I’ve read over ten million words on substack this year according to my stats and I am happy to say that all those words added to my knowledge base in a positive direction, this substack certainly included.
Well said, John, and so true. There’s so much information out there. It’s too bad that so many people spend so much time ingesting useless at best, and harmful at worst, bullshit.
PS- I used to love going to CPAC back in the 80’s and loved reading Robert Novak and watching him on TV.
Marketing is done at the subconscious psychological and emotional level.
Socrates explained influence technique to focus on the logos, ethos and pathos of the subject. I am mostly logos... have always been that way. My wine, my cigars, my cars, etc... are all purchased based on an analysis of value and fit for my needs. I forced my wife to purchase a luxury SUV after her 2015 Ford Edge blew a head gasket with 70k miles. But it was one with top-level reviews for reliability, performance and operation.

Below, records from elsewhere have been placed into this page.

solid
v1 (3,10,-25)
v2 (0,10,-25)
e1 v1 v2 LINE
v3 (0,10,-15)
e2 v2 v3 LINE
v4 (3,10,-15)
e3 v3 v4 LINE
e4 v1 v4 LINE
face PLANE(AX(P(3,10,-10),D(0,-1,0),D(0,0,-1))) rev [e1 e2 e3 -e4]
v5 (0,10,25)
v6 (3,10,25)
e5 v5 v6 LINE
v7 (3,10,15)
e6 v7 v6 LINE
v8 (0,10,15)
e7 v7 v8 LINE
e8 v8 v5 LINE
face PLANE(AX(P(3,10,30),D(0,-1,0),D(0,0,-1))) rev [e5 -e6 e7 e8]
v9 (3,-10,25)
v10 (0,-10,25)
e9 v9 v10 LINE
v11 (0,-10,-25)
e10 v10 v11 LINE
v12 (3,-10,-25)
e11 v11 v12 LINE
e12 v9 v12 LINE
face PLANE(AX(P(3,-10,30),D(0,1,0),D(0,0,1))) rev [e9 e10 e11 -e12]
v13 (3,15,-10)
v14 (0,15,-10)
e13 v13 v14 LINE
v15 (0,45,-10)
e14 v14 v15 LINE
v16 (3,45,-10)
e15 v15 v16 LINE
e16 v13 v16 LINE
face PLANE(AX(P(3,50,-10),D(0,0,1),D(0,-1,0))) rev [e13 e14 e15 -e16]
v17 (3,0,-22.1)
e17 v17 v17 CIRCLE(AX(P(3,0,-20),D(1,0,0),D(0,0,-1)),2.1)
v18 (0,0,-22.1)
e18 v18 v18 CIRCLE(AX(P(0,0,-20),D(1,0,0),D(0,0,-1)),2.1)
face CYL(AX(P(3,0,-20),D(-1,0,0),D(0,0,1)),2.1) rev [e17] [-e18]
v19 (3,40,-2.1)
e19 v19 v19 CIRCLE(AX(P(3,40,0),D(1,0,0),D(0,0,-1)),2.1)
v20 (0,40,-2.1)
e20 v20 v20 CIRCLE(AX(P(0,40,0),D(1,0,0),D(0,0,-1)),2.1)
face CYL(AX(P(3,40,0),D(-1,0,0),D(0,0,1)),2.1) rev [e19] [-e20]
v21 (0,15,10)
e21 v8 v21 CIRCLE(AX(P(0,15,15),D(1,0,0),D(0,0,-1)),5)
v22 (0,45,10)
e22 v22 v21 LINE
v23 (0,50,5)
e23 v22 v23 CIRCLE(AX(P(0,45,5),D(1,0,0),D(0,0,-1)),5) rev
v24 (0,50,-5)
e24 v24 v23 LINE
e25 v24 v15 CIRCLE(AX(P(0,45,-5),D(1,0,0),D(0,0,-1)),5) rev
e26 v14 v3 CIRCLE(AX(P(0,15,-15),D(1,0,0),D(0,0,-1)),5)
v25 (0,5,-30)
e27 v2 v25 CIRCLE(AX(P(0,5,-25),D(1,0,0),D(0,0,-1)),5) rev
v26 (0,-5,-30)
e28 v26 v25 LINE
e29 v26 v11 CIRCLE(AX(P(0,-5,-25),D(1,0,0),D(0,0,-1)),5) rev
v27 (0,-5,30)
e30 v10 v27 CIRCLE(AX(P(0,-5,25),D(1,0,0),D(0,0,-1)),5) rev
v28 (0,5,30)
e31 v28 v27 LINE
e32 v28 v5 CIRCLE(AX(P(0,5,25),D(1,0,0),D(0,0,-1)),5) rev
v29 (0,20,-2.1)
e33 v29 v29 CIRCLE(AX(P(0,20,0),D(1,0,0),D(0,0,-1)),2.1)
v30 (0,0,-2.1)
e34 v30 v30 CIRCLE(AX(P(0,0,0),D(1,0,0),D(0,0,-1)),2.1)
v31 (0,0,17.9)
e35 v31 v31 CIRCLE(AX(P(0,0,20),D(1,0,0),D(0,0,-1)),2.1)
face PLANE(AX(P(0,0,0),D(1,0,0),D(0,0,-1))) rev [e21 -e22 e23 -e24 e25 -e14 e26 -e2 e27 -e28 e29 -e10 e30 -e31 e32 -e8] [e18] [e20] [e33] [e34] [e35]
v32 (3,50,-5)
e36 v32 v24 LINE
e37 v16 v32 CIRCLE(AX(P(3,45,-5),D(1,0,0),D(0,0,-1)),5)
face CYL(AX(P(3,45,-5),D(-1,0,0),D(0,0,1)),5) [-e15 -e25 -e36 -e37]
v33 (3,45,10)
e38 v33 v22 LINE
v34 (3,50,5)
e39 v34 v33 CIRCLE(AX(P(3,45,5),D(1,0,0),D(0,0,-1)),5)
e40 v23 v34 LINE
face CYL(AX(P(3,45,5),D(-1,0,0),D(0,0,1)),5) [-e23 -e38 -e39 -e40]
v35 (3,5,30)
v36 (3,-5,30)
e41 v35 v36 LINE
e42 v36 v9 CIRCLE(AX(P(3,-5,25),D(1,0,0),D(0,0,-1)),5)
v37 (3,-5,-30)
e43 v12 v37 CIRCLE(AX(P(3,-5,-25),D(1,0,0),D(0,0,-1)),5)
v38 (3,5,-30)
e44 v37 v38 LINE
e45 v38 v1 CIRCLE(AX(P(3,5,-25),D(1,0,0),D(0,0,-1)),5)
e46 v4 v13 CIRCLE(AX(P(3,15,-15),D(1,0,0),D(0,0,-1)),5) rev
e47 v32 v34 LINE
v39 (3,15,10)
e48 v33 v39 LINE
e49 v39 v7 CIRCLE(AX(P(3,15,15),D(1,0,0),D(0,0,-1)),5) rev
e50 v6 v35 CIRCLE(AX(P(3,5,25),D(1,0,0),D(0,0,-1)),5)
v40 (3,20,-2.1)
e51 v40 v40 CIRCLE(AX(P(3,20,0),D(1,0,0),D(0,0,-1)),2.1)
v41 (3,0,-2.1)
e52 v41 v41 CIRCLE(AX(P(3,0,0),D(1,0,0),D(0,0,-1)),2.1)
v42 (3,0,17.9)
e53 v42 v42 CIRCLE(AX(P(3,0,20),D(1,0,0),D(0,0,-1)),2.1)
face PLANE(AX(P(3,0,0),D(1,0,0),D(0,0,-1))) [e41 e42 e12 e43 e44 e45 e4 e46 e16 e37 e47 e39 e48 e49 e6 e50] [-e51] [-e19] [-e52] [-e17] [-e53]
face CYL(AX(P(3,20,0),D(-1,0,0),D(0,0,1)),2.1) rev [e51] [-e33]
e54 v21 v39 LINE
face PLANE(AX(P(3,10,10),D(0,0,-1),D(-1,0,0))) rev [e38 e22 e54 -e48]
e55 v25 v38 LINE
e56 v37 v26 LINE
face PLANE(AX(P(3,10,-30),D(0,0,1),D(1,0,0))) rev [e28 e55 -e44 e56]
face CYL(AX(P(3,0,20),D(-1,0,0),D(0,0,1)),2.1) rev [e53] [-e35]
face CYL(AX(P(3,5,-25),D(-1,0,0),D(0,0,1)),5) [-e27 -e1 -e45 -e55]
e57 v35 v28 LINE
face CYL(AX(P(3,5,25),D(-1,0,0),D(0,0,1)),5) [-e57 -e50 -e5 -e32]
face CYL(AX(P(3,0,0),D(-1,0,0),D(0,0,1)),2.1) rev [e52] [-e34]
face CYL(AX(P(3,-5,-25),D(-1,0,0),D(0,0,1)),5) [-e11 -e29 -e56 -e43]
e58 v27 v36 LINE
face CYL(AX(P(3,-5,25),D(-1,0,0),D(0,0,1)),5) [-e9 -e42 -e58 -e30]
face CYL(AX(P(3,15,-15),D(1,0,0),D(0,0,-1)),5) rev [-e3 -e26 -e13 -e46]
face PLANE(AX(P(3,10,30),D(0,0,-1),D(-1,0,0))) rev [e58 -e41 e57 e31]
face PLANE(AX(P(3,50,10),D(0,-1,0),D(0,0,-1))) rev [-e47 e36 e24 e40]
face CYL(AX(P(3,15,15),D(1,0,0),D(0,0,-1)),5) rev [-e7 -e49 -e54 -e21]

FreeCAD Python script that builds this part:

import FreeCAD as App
import Part
import Sketcher
from FreeCAD import Vector
Q = App.Units.Quantity


def edges_at(feature, points):
    """Names of the edges that pass closest to the given points."""
    edges = feature.Shape.Edges
    near = lambda p: min(range(len(edges)), key=lambda i: edges[i].distToShape(Part.Vertex(*p))[0])
    return sorted({f"Edge{near(p) + 1}" for p in points})

doc = App.newDocument("Part")
params = doc.addObject("Spreadsheet::Sheet", "Params")
for row, (alias, value) in enumerate([
    ("sketch1_diameter", "4.2 mm"),
    ("sketch1_width", "40 mm"),
    ("sketch1_width2", "20 mm"),
    ("pad1_length", "3 mm"),
    ("fillet_radius", "5 mm"),
], start=1):
    params.set(f"A{row}", alias)
    params.set(f"B{row}", "=" + value)
    params.setAlias(f"B{row}", alias)

body = doc.addObject("PartDesign::Body", "Body")

sketch1 = doc.addObject("Sketcher::SketchObject", "Sketch")
body.addObject(sketch1)
sketch1.AttachmentSupport = (doc.YZ_Plane, [""])
sketch1.MapMode = "FlatFace"
sketch1.addGeometry(Part.LineSegment(Vector(50, 10, 0), Vector(10, 10, 0)), False)
sketch1.addGeometry(Part.LineSegment(Vector(10, 10, 0), Vector(10, 30, 0)), False)
sketch1.addGeometry(Part.LineSegment(Vector(10, 30, 0), Vector(-10, 30, 0)), False)
sketch1.addGeometry(Part.LineSegment(Vector(-10, 30, 0), Vector(-10, -30, 0)), False)
sketch1.addGeometry(Part.LineSegment(Vector(-10, -30, 0), Vector(10, -30, 0)), False)
sketch1.addGeometry(Part.LineSegment(Vector(10, -30, 0), Vector(10, -10, 0)), False)
sketch1.addGeometry(Part.LineSegment(Vector(10, -10, 0), Vector(50, -10, 0)), False)
sketch1.addGeometry(Part.LineSegment(Vector(50, -10, 0), Vector(50, 10, 0)), False)
sketch1.addGeometry(Part.Circle(Vector(0, -20, 0), Vector(0, 0, 1), 2.1), False)
sketch1.addGeometry(Part.Circle(Vector(0, 0, 0), Vector(0, 0, 1), 2.1), False)
sketch1.addGeometry(Part.Circle(Vector(0, 20, 0), Vector(0, 0, 1), 2.1), False)
sketch1.addGeometry(Part.Circle(Vector(20, 0, 0), Vector(0, 0, 1), 2.1), False)
sketch1.addGeometry(Part.Circle(Vector(40, 0, 0), Vector(0, 0, 1), 2.1), False)
sketch1.addConstraint(Sketcher.Constraint("Coincident", 0, 2, 1, 1))
sketch1.addConstraint(Sketcher.Constraint("Coincident", 1, 2, 2, 1))
sketch1.addConstraint(Sketcher.Constraint("Coincident", 2, 2, 3, 1))
sketch1.addConstraint(Sketcher.Constraint("Coincident", 3, 2, 4, 1))
sketch1.addConstraint(Sketcher.Constraint("Coincident", 4, 2, 5, 1))
sketch1.addConstraint(Sketcher.Constraint("Coincident", 5, 2, 6, 1))
sketch1.addConstraint(Sketcher.Constraint("Coincident", 6, 2, 7, 1))
sketch1.addConstraint(Sketcher.Constraint("Coincident", 7, 2, 0, 1))
sketch1.addConstraint(Sketcher.Constraint("Horizontal", 0))
sketch1.addConstraint(Sketcher.Constraint("Vertical", 1))
sketch1.addConstraint(Sketcher.Constraint("Horizontal", 2))
sketch1.addConstraint(Sketcher.Constraint("Vertical", 3))
sketch1.addConstraint(Sketcher.Constraint("Horizontal", 4))
sketch1.addConstraint(Sketcher.Constraint("Vertical", 5))
sketch1.addConstraint(Sketcher.Constraint("Horizontal", 6))
sketch1.addConstraint(Sketcher.Constraint("Vertical", 7))
sketch1.addConstraint(Sketcher.Constraint("Coincident", 9, 3, -1, 1))
sketch1.addConstraint(Sketcher.Constraint("Equal", 8, 9))
sketch1.addConstraint(Sketcher.Constraint("Equal", 9, 10))
sketch1.addConstraint(Sketcher.Constraint("Equal", 10, 11))
sketch1.addConstraint(Sketcher.Constraint("Equal", 11, 12))
sketch1.addConstraint(Sketcher.Constraint("Symmetric", 8, 3, 10, 3, -1, 1))
sketch1.addConstraint(Sketcher.Constraint("Symmetric", 1, 2, 3, 2, -1, 1))
sketch1.addConstraint(Sketcher.Constraint("Symmetric", 0, 2, 5, 2, -1))
sketch1.addConstraint(Sketcher.Constraint("PointOnObject", 8, 3, -2))
sketch1.addConstraint(Sketcher.Constraint("PointOnObject", 11, 3, -1))
sketch1.addConstraint(Sketcher.Constraint("PointOnObject", 12, 3, -1))
sketch1.addConstraint(Sketcher.Constraint("Equal", 4, 1))
sketch1.addConstraint(Sketcher.Constraint("Equal", 5, 7))
sketch1.addConstraint(Sketcher.Constraint("Diameter", 8, Q("4.2 mm")))
sketch1.addConstraint(Sketcher.Constraint("DistanceX", 0, 2, 0, 1, Q("40 mm")))
sketch1.addConstraint(Sketcher.Constraint("DistanceX", 2, 2, 2, 1, Q("20 mm")))
sketch1.addConstraint(Sketcher.Constraint("DistanceY", 8, 3, -1, 1, Q("20 mm")))
sketch1.addConstraint(Sketcher.Constraint("DistanceX", -1, 1, 11, 3, Q("20 mm")))
sketch1.addConstraint(Sketcher.Constraint("DistanceX", -1, 1, 12, 3, Q("40 mm")))
sketch1.setExpression("Constraints[29]", "Params.sketch1_diameter")
sketch1.setExpression("Constraints[30]", "Params.sketch1_width")
sketch1.setExpression("Constraints[31]", "Params.sketch1_width2")
pad1 = doc.addObject("PartDesign::Pad", "Pad")
body.addObject(pad1)
pad1.Profile = sketch1
pad1.setExpression("Length", "Params.pad1_length")
doc.recompute()

fillet = doc.addObject("PartDesign::Fillet", "Fillet")
body.addObject(fillet)
fillet.Base = (pad1, edges_at(pad1, [
    (1.5, -10, -30),
    (1.5, -10, 30),
    (1.5, 10, 30),
    (1.5, 10, 10),
    (1.5, 50, 10),
    (1.5, 50, -10),
    (1.5, 10, -10),
    (1.5, 10, -30),
]))
fillet.setExpression("Radius", "Params.fillet_radius")

doc.recompute()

I believe that I am a contrarian with more self-awareness and more self-confidence than the average person. It sounds like bragging, but it just my sense as I have lived my life. I connect it to a combination of my God-given personality and talents... combined with my life-path. I see my psychological and emotional impulses and they become criteria in my choices and opinions. I know that I like being seen driving my wife's luxury car, but I pushed that down in my list of reasons I wanted to buy the car. She wanted a Subaru, but I am 6' 3" and the Outback is too small. Note too that I also like that I drive a 2015 Ford F150. I like it when I pick up my top sales employee at the airport. He drives a $160k Bently. But I recognize too that this "like" of mine is just another type of psychological/emotional crap in my head... that I am "better" because I don't need to signal how successful I am driving a $160k car. That self-awareness causes me to tamp that crap down. I drive the truck because it fits me, it is paid for, it is comfortable, quiet, powerful reliable (at this point). I really don't care what anyone else thinks about me driving that truck.

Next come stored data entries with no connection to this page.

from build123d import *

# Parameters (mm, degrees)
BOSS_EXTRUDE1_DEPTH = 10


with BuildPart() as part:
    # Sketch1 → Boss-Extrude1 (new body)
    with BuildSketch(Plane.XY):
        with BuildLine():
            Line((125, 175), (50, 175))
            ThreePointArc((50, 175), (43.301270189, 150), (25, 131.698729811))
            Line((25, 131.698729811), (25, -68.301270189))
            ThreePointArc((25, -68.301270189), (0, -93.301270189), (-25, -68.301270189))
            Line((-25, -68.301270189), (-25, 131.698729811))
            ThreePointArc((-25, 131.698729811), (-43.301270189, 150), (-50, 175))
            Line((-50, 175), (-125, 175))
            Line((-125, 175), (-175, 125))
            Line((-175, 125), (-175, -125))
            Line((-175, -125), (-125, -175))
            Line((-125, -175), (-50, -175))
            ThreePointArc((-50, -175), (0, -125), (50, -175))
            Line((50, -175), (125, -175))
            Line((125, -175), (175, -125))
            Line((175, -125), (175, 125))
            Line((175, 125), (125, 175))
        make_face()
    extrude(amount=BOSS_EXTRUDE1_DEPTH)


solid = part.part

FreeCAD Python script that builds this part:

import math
import FreeCAD as App
import Part
import Sketcher
Q = App.Units.Quantity

doc = App.newDocument("Part")
body = doc.addObject("PartDesign::Body", "Body")

# Sketch on XY plane
sketch1 = body.newObject("Sketcher::SketchObject", "Sketch")
sketch1.AttachmentSupport = (doc.getObject("XY_Plane"), [""])
sketch1.MapMode = "FlatFace"
sketch1.addGeometry(Part.LineSegment(App.Vector(125, 175, 0), App.Vector(50, 175, 0)), False)
sketch1.addGeometry(Part.ArcOfCircle(Part.Circle(App.Vector(0, 175, 0), App.Vector(0, 0, 1), 50), math.radians(-60), math.radians(0)), False)
sketch1.addGeometry(Part.LineSegment(App.Vector(25, 132, 0), App.Vector(25, -68, 0)), False)
sketch1.addGeometry(Part.ArcOfCircle(Part.Circle(App.Vector(0, -68, 0), App.Vector(0, 0, 1), 25), math.radians(180), math.radians(360)), False)
sketch1.addGeometry(Part.LineSegment(App.Vector(-25, -68, 0), App.Vector(-25, 132, 0)), False)
sketch1.addGeometry(Part.ArcOfCircle(Part.Circle(App.Vector(0, 175, 0), App.Vector(0, 0, 1), 50), math.radians(-180), math.radians(-120)), False)
sketch1.addGeometry(Part.LineSegment(App.Vector(-50, 175, 0), App.Vector(-125, 175, 0)), False)
sketch1.addGeometry(Part.LineSegment(App.Vector(-125, 175, 0), App.Vector(-175, 125, 0)), False)
sketch1.addGeometry(Part.LineSegment(App.Vector(-175, 125, 0), App.Vector(-175, -125, 0)), False)
sketch1.addGeometry(Part.LineSegment(App.Vector(-175, -125, 0), App.Vector(-125, -175, 0)), False)
sketch1.addGeometry(Part.LineSegment(App.Vector(-125, -175, 0), App.Vector(-50, -175, 0)), False)
sketch1.addGeometry(Part.ArcOfCircle(Part.Circle(App.Vector(0, -175, 0), App.Vector(0, 0, 1), 50), math.radians(0), math.radians(180)), False)
sketch1.addGeometry(Part.LineSegment(App.Vector(50, -175, 0), App.Vector(125, -175, 0)), False)
sketch1.addGeometry(Part.LineSegment(App.Vector(125, -175, 0), App.Vector(175, -125, 0)), False)
sketch1.addGeometry(Part.LineSegment(App.Vector(175, -125, 0), App.Vector(175, 125, 0)), False)
sketch1.addGeometry(Part.LineSegment(App.Vector(175, 125, 0), App.Vector(125, 175, 0)), False)
sketch1.addConstraint(Sketcher.Constraint("Coincident", 0, 2, 1, 2))
sketch1.addConstraint(Sketcher.Constraint("Coincident", 1, 1, 2, 1))
sketch1.addConstraint(Sketcher.Constraint("Tangent", 2, 2, 3, 2))
sketch1.addConstraint(Sketcher.Constraint("Tangent", 3, 1, 4, 1))
sketch1.addConstraint(Sketcher.Constraint("Coincident", 4, 2, 5, 2))
sketch1.addConstraint(Sketcher.Constraint("Coincident", 5, 1, 6, 1))
sketch1.addConstraint(Sketcher.Constraint("Coincident", 6, 2, 7, 1))
sketch1.addConstraint(Sketcher.Constraint("Coincident", 7, 2, 8, 1))
sketch1.addConstraint(Sketcher.Constraint("Coincident", 8, 2, 9, 1))
sketch1.addConstraint(Sketcher.Constraint("Coincident", 9, 2, 10, 1))
sketch1.addConstraint(Sketcher.Constraint("Coincident", 10, 2, 11, 2))
sketch1.addConstraint(Sketcher.Constraint("Coincident", 11, 1, 12, 1))
sketch1.addConstraint(Sketcher.Constraint("Coincident", 12, 2, 13, 1))
sketch1.addConstraint(Sketcher.Constraint("Coincident", 13, 2, 14, 1))
sketch1.addConstraint(Sketcher.Constraint("Coincident", 14, 2, 15, 1))
sketch1.addConstraint(Sketcher.Constraint("Coincident", 15, 2, 0, 1))
sketch1.addConstraint(Sketcher.Constraint("Horizontal", 0))
sketch1.addConstraint(Sketcher.Constraint("Vertical", 2))
sketch1.addConstraint(Sketcher.Constraint("Vertical", 4))
sketch1.addConstraint(Sketcher.Constraint("Horizontal", 6))
sketch1.addConstraint(Sketcher.Constraint("Vertical", 8))
sketch1.addConstraint(Sketcher.Constraint("Horizontal", 10))
sketch1.addConstraint(Sketcher.Constraint("Horizontal", 12))
sketch1.addConstraint(Sketcher.Constraint("Vertical", 14))
sketch1.addConstraint(Sketcher.Constraint("Coincident", 5, 3, 1, 3))
sketch1.addConstraint(Sketcher.Constraint("Equal", 1, 5))
sketch1.addConstraint(Sketcher.Constraint("Equal", 5, 11))
sketch1.addConstraint(Sketcher.Constraint("Symmetric", 1, 3, 11, 3, -1, 1))
sketch1.addConstraint(Sketcher.Constraint("Symmetric", 6, 2, 12, 2, -1, 1))
sketch1.addConstraint(Sketcher.Constraint("Symmetric", 7, 2, 13, 2, -1, 1))
sketch1.addConstraint(Sketcher.Constraint("Symmetric", 9, 2, 15, 2, -1, 1))
sketch1.addConstraint(Sketcher.Constraint("Symmetric", 1, 1, 4, 2, -2))
sketch1.addConstraint(Sketcher.Constraint("Symmetric", 9, 2, 12, 2, -2))
sketch1.addConstraint(Sketcher.Constraint("Perpendicular", 7, 9))
sketch1.addConstraint(Sketcher.Constraint("Perpendicular", 13, 15))
sketch1.addConstraint(Sketcher.Constraint("Horizontal", 5, 3, 0, 2))
sketch1.addConstraint(Sketcher.Constraint("Horizontal", 8, 2, 13, 2))
sketch1.addConstraint(Sketcher.Constraint("Radius", 1, Q("50 mm")))
sketch1.addConstraint(Sketcher.Constraint("Radius", 3, Q("25 mm")))
sketch1.addConstraint(Sketcher.Constraint("DistanceX", 0, 2, 0, 1, Q("75 mm")))
sketch1.addConstraint(Sketcher.Constraint("DistanceY", 2, 2, 2, 1, Q("200 mm")))
sketch1.addConstraint(Sketcher.Constraint("DistanceY", 8, 2, 8, 1, Q("250 mm")))
sketch1.addConstraint(Sketcher.Constraint("DistanceY", -1, 1, 1, 3, Q("175 mm")))
pad1 = body.newObject("PartDesign::Pad", "Pad")
pad1.Profile = sketch1
pad1.Length = 10

doc.recompute()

Rob Henderson has created the term "luxury beliefs" to define the tendency for the upper class to clutch certain ideas that are harmful to other, but not the upper class. I think there is a luxury virtue signaling pull that marketers are constantly tweaking. We are so effing brand-aware... "I like Pepsi and not Coke!" and much of the time or choice has nothing at all to do with the actual quality-price-value of the thing... but how we think everyone else will judge us as we own or consume the thing.
Erewhon grocery stores... give me an effing break. $20 smoothies. $12 granola bars.
I can afford it, but I shop at Trader Joes, Whole Foods and Safeway.
Likewise, because I am college educated, at my income level and the fact that I live in a liberal college town, I should hate Trump and should have voted for Kamala Harris. I would be better thought of by the town's elites.
We all need to fight back against this constant onslaught of influence for what to buy, what to believe and what/who to vote for. We all need to get analytical.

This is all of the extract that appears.